HOF Case – Roy Halladay

Logan Whaley | December 10th, 2018

As Major League Baseball Hall of Fame voting is underway, Roy Halladay finds his name listed as eligible for the first time. Halladay will be voted on posthumously after tragically losing his life a little over a year ago in a single-engine airplane crash. How does Halladay stack up to the rest of the list?


Roy Halladay was born on May 14th, 1977 in Denver, Colorado. Growing up an avid athlete, Halladay played Little League baseball, Babe Ruth league, and American Legion league. Halladay attended Arvada West High School, in Arvada, Colorado. There, Halladay starred in both baseball and basketball. He attained many accolades including first-team All-Conference as well as selection to All-State for three years and league and state MVP twice.

Halladay found himself selected in the first round of the 1995 Major League Baseball Amateur player draft, number 17 overall. For the record, that year’s draft saw names such as Todd Helton, Carlos Beltran, and Kerry Wood selected.

Halladay made his professional baseball debut that same year, at the age of 18, for the GCL Blue Jays. He posted a more than respectable 3.40 ERA across a ten game stretch, where Halladay saw 50.1 innings of work. For Halladay, it would take just two seasons to reach Triple-A. One year later Roy Halladay heard his name called to the show.

Young Beginnings

Halladay was only 21 years old when he made his major league debut for the Toronto Blue Jays. While minor, Halladay’s first action with the tip of the iceberg was dutiful. Halladay finished with 14 innings pitched, in two starts, with a 1-0 record and a solid 1.93 ERA.

From there on, the first three seasons of Halladay’s young career saw growth, albeit relatively inconsistent. The year after making his debut, Halladay started 18 games, appearing in 36 total games.
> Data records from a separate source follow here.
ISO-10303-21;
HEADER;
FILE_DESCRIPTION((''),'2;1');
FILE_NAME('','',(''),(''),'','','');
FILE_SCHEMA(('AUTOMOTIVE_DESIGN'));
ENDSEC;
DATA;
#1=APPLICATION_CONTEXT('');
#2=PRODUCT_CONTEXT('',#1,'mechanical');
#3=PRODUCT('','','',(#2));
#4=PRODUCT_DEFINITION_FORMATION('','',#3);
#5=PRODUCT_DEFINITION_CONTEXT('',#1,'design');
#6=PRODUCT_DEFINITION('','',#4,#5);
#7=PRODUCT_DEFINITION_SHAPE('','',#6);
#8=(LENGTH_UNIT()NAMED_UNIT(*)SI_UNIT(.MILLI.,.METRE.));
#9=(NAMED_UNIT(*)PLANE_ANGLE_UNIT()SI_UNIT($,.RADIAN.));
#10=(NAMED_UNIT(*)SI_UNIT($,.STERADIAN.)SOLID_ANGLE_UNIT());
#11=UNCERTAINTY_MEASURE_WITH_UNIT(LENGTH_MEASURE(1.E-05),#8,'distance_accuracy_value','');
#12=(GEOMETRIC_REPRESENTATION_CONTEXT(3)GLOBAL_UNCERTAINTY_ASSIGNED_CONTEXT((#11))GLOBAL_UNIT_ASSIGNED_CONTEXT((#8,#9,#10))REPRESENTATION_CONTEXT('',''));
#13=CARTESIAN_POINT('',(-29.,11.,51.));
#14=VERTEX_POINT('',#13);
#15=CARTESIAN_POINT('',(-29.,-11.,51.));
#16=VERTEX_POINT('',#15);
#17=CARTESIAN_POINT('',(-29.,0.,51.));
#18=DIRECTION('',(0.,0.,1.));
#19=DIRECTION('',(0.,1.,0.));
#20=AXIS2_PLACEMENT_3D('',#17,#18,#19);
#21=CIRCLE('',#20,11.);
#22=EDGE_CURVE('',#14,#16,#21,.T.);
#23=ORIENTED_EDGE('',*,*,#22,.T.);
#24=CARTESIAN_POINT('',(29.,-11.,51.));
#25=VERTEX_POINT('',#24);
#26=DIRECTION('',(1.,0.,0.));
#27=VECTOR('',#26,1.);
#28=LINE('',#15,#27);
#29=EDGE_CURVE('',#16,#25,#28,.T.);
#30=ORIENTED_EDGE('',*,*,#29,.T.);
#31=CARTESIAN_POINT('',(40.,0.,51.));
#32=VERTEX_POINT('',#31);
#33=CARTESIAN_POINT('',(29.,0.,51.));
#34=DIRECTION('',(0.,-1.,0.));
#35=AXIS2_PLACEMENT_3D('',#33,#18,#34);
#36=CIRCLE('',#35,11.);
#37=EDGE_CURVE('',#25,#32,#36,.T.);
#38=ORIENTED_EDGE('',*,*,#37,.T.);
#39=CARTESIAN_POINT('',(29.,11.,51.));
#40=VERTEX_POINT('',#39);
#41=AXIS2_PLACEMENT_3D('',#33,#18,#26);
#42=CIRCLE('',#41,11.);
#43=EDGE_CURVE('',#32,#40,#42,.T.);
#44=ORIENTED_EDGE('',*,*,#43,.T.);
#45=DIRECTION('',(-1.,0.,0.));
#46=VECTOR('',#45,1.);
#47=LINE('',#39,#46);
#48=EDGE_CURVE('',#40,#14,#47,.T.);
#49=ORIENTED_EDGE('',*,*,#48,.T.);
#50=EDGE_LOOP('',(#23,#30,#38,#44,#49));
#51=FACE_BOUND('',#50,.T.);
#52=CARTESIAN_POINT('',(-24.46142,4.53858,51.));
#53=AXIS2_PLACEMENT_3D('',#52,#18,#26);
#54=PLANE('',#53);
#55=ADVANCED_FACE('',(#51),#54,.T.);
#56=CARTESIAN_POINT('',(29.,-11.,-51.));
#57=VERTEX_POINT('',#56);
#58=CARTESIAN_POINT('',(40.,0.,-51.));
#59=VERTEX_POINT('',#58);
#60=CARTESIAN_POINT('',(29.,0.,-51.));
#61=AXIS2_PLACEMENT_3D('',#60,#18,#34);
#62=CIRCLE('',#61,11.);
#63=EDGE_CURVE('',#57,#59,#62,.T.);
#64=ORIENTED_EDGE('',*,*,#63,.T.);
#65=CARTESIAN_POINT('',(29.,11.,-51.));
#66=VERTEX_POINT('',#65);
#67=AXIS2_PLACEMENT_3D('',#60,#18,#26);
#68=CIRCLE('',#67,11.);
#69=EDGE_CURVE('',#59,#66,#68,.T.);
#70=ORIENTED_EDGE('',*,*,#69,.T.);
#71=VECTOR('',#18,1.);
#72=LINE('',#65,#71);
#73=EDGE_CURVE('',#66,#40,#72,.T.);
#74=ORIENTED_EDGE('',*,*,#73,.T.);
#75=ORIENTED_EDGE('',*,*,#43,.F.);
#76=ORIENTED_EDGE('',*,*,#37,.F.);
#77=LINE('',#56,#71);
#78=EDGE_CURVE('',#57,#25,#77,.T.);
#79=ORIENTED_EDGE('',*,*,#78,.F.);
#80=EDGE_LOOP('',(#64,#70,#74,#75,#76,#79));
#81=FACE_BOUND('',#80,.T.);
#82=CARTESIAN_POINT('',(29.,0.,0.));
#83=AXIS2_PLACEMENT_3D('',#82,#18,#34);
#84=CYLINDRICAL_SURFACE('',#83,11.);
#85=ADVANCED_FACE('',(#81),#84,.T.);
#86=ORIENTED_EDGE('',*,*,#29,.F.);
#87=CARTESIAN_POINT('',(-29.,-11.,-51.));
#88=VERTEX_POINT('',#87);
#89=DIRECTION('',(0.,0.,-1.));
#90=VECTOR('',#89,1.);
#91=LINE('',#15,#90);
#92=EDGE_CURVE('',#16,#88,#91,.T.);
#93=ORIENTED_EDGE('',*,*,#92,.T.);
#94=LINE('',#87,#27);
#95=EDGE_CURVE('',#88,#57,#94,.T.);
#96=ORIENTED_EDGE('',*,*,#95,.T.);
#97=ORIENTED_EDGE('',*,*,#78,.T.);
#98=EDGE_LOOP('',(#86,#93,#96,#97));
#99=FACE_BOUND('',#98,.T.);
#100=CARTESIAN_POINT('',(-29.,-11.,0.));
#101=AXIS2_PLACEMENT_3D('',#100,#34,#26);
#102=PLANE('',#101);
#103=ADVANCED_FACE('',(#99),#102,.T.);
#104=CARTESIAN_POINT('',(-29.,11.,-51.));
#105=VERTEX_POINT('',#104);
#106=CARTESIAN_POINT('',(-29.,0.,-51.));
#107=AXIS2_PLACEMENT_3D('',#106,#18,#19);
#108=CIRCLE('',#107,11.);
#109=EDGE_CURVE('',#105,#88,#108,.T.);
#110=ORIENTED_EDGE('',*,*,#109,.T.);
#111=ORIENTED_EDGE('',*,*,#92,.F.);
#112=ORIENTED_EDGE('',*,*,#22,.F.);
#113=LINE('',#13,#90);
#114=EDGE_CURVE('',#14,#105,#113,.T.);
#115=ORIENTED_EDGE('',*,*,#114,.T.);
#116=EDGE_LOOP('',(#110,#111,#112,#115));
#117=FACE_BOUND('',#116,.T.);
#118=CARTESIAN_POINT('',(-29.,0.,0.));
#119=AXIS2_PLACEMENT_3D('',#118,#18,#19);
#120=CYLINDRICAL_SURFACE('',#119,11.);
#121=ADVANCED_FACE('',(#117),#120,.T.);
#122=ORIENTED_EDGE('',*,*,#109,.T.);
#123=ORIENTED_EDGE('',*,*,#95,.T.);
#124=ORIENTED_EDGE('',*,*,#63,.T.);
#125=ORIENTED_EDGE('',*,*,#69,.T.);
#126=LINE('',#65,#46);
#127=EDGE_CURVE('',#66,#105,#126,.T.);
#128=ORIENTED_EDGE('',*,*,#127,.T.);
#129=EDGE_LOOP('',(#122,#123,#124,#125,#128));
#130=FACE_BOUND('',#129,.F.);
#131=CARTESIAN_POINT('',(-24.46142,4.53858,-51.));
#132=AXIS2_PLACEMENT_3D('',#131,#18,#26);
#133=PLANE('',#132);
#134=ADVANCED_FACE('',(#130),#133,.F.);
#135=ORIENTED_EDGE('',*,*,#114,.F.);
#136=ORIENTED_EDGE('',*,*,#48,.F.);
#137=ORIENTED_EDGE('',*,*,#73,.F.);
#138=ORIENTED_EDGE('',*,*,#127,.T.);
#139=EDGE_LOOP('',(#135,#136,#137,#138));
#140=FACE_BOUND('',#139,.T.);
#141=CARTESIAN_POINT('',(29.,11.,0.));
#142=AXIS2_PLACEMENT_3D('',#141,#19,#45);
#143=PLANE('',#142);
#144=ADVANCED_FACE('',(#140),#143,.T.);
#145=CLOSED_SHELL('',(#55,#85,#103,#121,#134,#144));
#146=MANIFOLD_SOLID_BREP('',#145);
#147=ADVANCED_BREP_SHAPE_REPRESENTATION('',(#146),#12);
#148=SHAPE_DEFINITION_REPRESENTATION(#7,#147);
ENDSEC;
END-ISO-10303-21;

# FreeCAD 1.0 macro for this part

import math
import FreeCAD as App
import Part
import Sketcher

V = App.Vector
Q = App.Units.Quantity

doc = App.newDocument("Part")
body = doc.addObject("PartDesign::Body", "Body")

sketch1 = body.newObject("Sketcher::SketchObject", "Sketch")
sketch1.AttachmentSupport = (doc.getObject("XY_Plane"), [""])
sketch1.MapMode = "FlatFace"
sketch1.addGeometry(Part.LineSegment(V(-29, -11, 0), V(29, -11, 0)), False)
sketch1.addGeometry(Part.ArcOfCircle(Part.Circle(V(29, 0, 0), V(0, 0, 1), 11), math.radians(-90), math.radians(0)), False)
sketch1.addGeometry(Part.ArcOfCircle(Part.Circle(V(29, 0, 0), V(0, 0, 1), 11), math.radians(0), math.radians(90)), False)
sketch1.addGeometry(Part.LineSegment(V(29, 11, 0), V(-29, 11, 0)), False)
sketch1.addGeometry(Part.ArcOfCircle(Part.Circle(V(-29, 0, 0), V(0, 0, 1), 11), math.radians(90), math.radians(270)), False)
sketch1.addConstraint(Sketcher.Constraint("Tangent", 0, 2, 1, 1))
sketch1.addConstraint(Sketcher.Constraint("Tangent", 1, 2, 2, 1))
sketch1.addConstraint(Sketcher.Constraint("Tangent", 2, 2, 3, 1))
sketch1.addConstraint(Sketcher.Constraint("Tangent", 3, 2, 4, 1))
sketch1.addConstraint(Sketcher.Constraint("Tangent", 4, 2, 0, 1))
sketch1.addConstraint(Sketcher.Constraint("Horizontal", 0))
sketch1.addConstraint(Sketcher.Constraint("Horizontal", 3))
sketch1.addConstraint(Sketcher.Constraint("Equal", 1, 2))
sketch1.addConstraint(Sketcher.Constraint("Symmetric", 1, 3, 4, 3, -1, 1))
sketch1.addConstraint(Sketcher.Constraint("PointOnObject", 1, 2, -1))
sketch1.addConstraint(Sketcher.Constraint("Radius", 1, Q("11 mm")))
sketch1.addConstraint(Sketcher.Constraint("DistanceX", 0, 1, 0, 2, Q("58 mm")))
pad1 = body.newObject("PartDesign::Pad", "Pad")
pad1.Profile = sketch1
pad1.Length = 102
pad1.Midplane = True

doc.recompute()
That year, Halladay finished 8-7 with a 3.92 ERA and a disastrous 5.36 FIP.

The year 2000 was Halladay’s worst of his career. Maybe it was post-rumblings about the Y2K threat, or perhaps it had to do with the fact of being only 23 years old. However, Halladay regressed majorly.
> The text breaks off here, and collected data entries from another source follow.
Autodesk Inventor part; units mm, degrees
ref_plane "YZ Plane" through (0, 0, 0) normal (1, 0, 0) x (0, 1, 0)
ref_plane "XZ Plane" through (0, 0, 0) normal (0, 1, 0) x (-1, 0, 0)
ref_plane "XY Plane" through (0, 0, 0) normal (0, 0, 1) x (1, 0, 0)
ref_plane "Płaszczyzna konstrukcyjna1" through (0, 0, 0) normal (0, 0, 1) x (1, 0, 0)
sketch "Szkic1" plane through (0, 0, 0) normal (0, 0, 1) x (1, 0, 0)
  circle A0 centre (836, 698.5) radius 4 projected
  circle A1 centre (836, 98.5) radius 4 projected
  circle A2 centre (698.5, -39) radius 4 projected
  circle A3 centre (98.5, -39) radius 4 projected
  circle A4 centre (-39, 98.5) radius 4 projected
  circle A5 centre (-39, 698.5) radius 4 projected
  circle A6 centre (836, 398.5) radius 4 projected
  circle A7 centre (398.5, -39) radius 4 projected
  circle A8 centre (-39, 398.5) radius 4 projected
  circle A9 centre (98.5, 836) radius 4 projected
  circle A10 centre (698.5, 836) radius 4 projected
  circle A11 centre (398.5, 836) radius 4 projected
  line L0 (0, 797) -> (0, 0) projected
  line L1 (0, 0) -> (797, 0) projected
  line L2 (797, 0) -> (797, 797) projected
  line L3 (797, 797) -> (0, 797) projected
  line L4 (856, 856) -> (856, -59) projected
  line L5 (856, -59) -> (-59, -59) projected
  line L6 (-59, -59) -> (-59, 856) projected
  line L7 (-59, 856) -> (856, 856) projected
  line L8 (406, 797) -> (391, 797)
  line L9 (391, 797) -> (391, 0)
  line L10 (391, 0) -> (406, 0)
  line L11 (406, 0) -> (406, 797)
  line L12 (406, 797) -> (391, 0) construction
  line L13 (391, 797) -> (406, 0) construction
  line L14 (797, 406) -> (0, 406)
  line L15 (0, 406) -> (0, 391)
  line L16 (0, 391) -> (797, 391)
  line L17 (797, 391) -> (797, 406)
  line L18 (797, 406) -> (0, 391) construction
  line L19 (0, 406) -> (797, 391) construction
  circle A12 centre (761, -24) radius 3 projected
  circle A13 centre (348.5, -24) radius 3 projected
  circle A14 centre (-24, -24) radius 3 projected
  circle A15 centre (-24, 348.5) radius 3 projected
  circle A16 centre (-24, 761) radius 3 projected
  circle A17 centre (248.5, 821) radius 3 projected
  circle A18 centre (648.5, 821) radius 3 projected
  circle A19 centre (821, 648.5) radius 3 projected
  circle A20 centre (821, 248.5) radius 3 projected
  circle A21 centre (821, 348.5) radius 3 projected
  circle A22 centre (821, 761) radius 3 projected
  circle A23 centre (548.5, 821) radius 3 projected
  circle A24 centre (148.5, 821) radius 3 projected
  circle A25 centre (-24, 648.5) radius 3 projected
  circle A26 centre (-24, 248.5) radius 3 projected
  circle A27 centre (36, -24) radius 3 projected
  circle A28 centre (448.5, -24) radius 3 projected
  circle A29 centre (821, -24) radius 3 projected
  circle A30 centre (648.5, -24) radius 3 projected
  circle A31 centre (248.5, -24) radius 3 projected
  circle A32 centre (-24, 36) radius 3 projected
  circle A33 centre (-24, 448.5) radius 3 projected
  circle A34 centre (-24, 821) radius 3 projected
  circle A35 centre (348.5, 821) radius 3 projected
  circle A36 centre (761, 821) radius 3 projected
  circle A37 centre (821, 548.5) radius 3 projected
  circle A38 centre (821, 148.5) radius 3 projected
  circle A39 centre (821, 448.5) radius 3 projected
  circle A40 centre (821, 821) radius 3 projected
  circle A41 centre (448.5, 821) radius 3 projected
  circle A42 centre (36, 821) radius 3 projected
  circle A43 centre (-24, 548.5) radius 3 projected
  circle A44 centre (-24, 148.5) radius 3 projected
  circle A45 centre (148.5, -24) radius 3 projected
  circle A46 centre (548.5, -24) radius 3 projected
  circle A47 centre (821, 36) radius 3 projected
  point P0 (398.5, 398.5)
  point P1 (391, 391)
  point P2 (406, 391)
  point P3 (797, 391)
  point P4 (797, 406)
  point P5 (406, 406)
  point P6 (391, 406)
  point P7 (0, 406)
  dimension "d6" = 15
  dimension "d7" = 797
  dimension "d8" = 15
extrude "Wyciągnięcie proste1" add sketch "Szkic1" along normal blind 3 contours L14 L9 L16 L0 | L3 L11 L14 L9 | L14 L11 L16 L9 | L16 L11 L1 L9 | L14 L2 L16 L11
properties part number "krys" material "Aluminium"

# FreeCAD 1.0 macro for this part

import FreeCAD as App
import Part
import Sketcher
from FreeCAD import Vector

doc = App.newDocument("Part")
params = doc.addObject("Spreadsheet::Sheet", "Params")
for row, (alias, value) in enumerate([
    ("sketch1_width", "15 mm"),
    ("pad1_length", "3 mm"),
], start=1):
    params.set(f"A{row}", alias)
    params.set(f"B{row}", "=" + value)
    params.setAlias(f"B{row}", alias)

body = doc.addObject("PartDesign::Body", "Body")

# Sketch on XY plane
sketch1 = body.newObject("Sketcher::SketchObject", "Sketch")
sketch1.AttachmentSupport = (doc.getObject("XY_Plane"), [""])
sketch1.MapMode = "FlatFace"
sketch1.addGeometry([
    Part.LineSegment(Vector(391, 406, 0), Vector(0, 406, 0)),  # 0
    Part.LineSegment(Vector(0, 406, 0), Vector(0, 391, 0)),  # 1
    Part.LineSegment(Vector(0, 391, 0), Vector(391, 391, 0)),  # 2
    Part.LineSegment(Vector(391, 391, 0), Vector(391, 0, 0)),  # 3
    Part.LineSegment(Vector(391, 0, 0), Vector(406, 0, 0)),  # 4
    Part.LineSegment(Vector(406, 0, 0), Vector(406, 391, 0)),  # 5
    Part.LineSegment(Vector(406, 391, 0), Vector(797, 391, 0)),  # 6
    Part.LineSegment(Vector(797, 391, 0), Vector(797, 406, 0)),  # 7
    Part.LineSegment(Vector(797, 406, 0), Vector(406, 406, 0)),  # 8
    Part.LineSegment(Vector(406, 406, 0), Vector(406, 797, 0)),  # 9
    Part.LineSegment(Vector(406, 797, 0), Vector(391, 797, 0)),  # 10
    Part.LineSegment(Vector(391, 797, 0), Vector(391, 406, 0)),  # 11
], False)
sketch1.addConstraint([
    Sketcher.Constraint("Coincident", 0, 2, 1, 1),
    Sketcher.Constraint("Coincident", 1, 2, 2, 1),
    Sketcher.Constraint("Coincident", 2, 2, 3, 1),
    Sketcher.Constraint("Coincident", 3, 2, 4, 1),
    Sketcher.Constraint("Coincident", 4, 2, 5, 1),
    Sketcher.Constraint("Coincident", 5, 2, 6, 1),
    Sketcher.Constraint("Coincident", 6, 2, 7, 1),
    Sketcher.Constraint("Coincident", 7, 2, 8, 1),
    Sketcher.Constraint("Coincident", 8, 2, 9, 1),
    Sketcher.Constraint("Coincident", 9, 2, 10, 1),
    Sketcher.Constraint("Coincident", 10, 2, 11, 1),
    Sketcher.Constraint("Coincident", 11, 2, 0, 1),
    Sketcher.Constraint("Horizontal", 0),
    Sketcher.Constraint("Vertical", 1),
    Sketcher.Constraint("Horizontal", 2),
    Sketcher.Constraint("Vertical", 3),
    Sketcher.Constraint("Horizontal", 4),
    Sketcher.Constraint("Vertical", 5),
    Sketcher.Constraint("Horizontal", 6),
    Sketcher.Constraint("Vertical", 7),
    Sketcher.Constraint("Horizontal", 8),
    Sketcher.Constraint("Vertical", 9),
    Sketcher.Constraint("Horizontal", 10),
    Sketcher.Constraint("Vertical", 11),
    Sketcher.Constraint("PointOnObject", 0, 2, -2),
    Sketcher.Constraint("PointOnObject", 3, 2, -1),
    Sketcher.Constraint("Horizontal", 2, 2, 5, 2),
    Sketcher.Constraint("Horizontal", 0, 2, 7, 2),
    Sketcher.Constraint("Vertical", 5, 2, 8, 2),
    Sketcher.Constraint("Vertical", 3, 2, 10, 2),
    Sketcher.Constraint("Equal", 2, 6),
    Sketcher.Constraint("Equal", 10, 1),
    Sketcher.Constraint("Equal", 8, 3),
    Sketcher.Constraint("Equal", 5, 9),
    Sketcher.Constraint("DistanceX", 4, 1, 4, 2, 15.0),
    Sketcher.Constraint("DistanceX", -1, 1, 6, 2, 797.0),
])
sketch1.setExpression("Constraints[34]", "Params.sketch1_width")
pad1 = body.newObject("PartDesign::Pad", "Pad")
pad1.Profile = sketch1
pad1.setExpression("Length", "Params.pad1_length")

doc.recompute()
His end of year ERA sat at 10.64 ERA while Halladay saw an increase in his FIP, to 6.47. While a positive was the 0.3% bump in strikeout rate, Halladay also experienced a 12.0% walk rate, up a 0.2% tick from the year before. It would be another couple years before Halladay began to catch fire.

One Heck of a Career

It was 2002, and Roy Halladay had notched some willful experience at the major league level. That year, the training wheels came off for Halladay, as he made 34 starts, more than twice as many as the year before. He was finally beginning to fly.

Halladay finished with a ridiculous 19-7 record and 2.93 ERA. Halladay posted an excellent 2.97 FIP and respectable 3.30 xFIP, all good for a finishing 6.8 fWAR. Halladay earned a much-deserved All-Star bid, his first of many.

Over the course of the next decade, Halladay would post a 3.19 ERA across 2,173.2 innings pitched, between the Blue Jays and Philadelphia Phillies. Halladay finished with a career 19.5% strikeout percentage and just a 4.3% walk rate. His WHIP was a solid 1.12 as well as his 3.26 FIP and 3.22 xFIP.

Halladay finished his career with 203 career wins, posting a 3.38 career ERA, 3.39 FIP and 3.23 xFIP, a final total of 65.2 WAR. Eight times across his tenure, Halladay started 30 or more games, reaching a career high in starts in 2003, when he started 36 games.

Regarding his many accolades across his career, Halladay is an 8-time All-Star, a two-time Cy Young Award winner, earning the honor in both the American League and National League. In 2011, Halladay earned the honor for the highest WAR among pitchers. He finished with an 8.3 fWAR. For both 2003 and 2010, Halladay was also named as ‘The Sporting News’ Pitcher of the Year.’

Halladay’s Hall of Fame Case

According to Jay Jaffe of FanGraphs, Halladay does not quite reach the statistical plateau of the average Hall of Fame starting pitcher. He figured Halladay to fall a hair short in both career WAR as well as JAWS, a system developed by Jaffe to determine a players chances at making the Hall of Fame, based on how others who are enshrined performed.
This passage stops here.